■ YOUR GOAL: If a line comes after the one containing "Rectangle(F2_W, F2_H)", leave it out; copy every line before it, and that line too, exactly as written, starting from the first line of the entries.

■ GIVEN ENTRIES:
------------

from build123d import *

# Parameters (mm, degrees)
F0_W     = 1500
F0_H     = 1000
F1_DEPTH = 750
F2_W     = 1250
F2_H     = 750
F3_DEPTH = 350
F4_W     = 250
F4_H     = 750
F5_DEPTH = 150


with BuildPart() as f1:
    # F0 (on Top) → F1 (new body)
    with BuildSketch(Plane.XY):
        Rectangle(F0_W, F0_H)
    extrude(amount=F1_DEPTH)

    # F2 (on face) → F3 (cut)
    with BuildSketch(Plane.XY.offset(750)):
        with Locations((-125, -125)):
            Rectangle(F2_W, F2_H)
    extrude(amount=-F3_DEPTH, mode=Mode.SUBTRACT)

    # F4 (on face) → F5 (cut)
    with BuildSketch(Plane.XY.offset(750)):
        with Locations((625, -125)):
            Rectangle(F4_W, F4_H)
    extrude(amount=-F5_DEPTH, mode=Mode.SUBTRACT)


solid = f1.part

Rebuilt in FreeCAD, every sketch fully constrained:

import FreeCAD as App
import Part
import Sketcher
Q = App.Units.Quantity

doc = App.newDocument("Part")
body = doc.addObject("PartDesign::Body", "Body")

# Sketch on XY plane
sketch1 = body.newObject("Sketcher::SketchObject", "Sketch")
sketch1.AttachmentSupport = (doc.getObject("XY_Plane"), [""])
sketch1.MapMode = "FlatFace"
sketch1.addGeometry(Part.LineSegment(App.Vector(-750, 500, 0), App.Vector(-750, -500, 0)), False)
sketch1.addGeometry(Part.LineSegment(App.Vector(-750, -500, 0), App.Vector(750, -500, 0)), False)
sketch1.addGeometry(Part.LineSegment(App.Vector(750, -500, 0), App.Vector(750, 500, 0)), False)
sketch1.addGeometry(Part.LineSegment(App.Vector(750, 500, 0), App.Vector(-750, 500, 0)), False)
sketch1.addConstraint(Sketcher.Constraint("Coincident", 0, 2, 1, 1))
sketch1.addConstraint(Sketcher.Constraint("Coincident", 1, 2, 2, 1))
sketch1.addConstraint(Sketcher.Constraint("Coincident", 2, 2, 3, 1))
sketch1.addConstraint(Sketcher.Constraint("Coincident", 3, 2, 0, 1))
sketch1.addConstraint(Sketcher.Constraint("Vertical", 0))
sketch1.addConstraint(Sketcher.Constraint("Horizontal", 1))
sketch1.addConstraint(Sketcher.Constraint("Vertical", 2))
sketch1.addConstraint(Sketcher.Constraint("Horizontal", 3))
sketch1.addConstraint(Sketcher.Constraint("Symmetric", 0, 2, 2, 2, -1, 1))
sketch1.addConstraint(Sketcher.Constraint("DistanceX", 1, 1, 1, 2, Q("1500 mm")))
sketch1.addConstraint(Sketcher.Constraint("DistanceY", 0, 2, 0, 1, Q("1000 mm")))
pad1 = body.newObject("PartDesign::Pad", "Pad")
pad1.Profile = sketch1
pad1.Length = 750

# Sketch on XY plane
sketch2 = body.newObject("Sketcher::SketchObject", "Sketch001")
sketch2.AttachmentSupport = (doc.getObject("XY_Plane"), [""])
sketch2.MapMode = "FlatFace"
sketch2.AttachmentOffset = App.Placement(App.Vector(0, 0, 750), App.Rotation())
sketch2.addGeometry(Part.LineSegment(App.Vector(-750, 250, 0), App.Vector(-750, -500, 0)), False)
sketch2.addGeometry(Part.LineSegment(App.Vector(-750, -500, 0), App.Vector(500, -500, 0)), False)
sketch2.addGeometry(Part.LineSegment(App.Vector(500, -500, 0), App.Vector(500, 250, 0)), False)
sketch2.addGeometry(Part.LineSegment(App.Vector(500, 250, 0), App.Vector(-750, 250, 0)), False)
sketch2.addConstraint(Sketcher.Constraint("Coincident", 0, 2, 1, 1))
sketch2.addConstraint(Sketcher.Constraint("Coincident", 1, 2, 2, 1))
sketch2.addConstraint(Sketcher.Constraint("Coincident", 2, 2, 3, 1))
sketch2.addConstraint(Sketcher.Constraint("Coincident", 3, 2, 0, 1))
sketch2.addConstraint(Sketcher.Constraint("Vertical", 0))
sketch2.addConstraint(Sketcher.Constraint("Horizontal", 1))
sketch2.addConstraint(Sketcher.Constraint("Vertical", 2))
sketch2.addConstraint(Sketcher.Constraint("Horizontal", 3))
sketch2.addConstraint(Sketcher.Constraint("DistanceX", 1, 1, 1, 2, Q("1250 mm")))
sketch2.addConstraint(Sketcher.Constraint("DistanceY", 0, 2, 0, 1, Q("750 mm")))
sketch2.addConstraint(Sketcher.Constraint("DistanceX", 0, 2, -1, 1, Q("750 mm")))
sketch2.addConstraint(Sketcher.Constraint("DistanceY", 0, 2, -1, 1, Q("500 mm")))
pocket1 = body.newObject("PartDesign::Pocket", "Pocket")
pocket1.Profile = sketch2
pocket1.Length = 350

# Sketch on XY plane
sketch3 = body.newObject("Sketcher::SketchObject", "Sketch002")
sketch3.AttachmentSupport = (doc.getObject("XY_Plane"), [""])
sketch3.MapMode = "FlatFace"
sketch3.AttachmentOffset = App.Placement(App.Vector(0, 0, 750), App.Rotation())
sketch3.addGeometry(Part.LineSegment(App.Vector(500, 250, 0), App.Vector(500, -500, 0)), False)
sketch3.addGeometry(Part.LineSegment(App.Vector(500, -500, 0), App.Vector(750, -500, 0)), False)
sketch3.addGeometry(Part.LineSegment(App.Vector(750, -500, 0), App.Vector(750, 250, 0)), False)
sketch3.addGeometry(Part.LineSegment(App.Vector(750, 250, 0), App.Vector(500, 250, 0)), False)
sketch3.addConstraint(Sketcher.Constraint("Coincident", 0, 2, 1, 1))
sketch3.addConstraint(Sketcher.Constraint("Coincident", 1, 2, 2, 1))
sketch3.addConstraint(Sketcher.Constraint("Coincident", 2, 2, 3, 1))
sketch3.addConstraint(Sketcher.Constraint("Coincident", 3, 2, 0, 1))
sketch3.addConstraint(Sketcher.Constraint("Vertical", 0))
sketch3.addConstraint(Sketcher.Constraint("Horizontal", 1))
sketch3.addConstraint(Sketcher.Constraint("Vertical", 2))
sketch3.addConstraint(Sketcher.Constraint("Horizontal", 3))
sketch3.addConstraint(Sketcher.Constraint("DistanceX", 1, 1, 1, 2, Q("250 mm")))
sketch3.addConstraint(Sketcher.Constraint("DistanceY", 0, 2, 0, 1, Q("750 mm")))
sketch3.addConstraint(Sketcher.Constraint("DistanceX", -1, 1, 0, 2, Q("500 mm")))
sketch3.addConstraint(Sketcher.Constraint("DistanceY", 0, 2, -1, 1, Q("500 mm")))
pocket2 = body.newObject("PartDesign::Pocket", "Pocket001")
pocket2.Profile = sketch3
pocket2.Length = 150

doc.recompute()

------------

■ PROBLEM SOLUTION:
from build123d import *

# Parameters (mm, degrees)
F0_W     = 1500
F0_H     = 1000
F1_DEPTH = 750
F2_W     = 1250
F2_H     = 750
F3_DEPTH = 350
F4_W     = 250
F4_H     = 750
F5_DEPTH = 150


with BuildPart() as f1:
    # F0 (on Top) → F1 (new body)
    with BuildSketch(Plane.XY):
        Rectangle(F0_W, F0_H)
    extrude(amount=F1_DEPTH)

    # F2 (on face) → F3 (cut)
    with BuildSketch(Plane.XY.offset(750)):
        with Locations((-125, -125)):
            Rectangle(F2_W, F2_H)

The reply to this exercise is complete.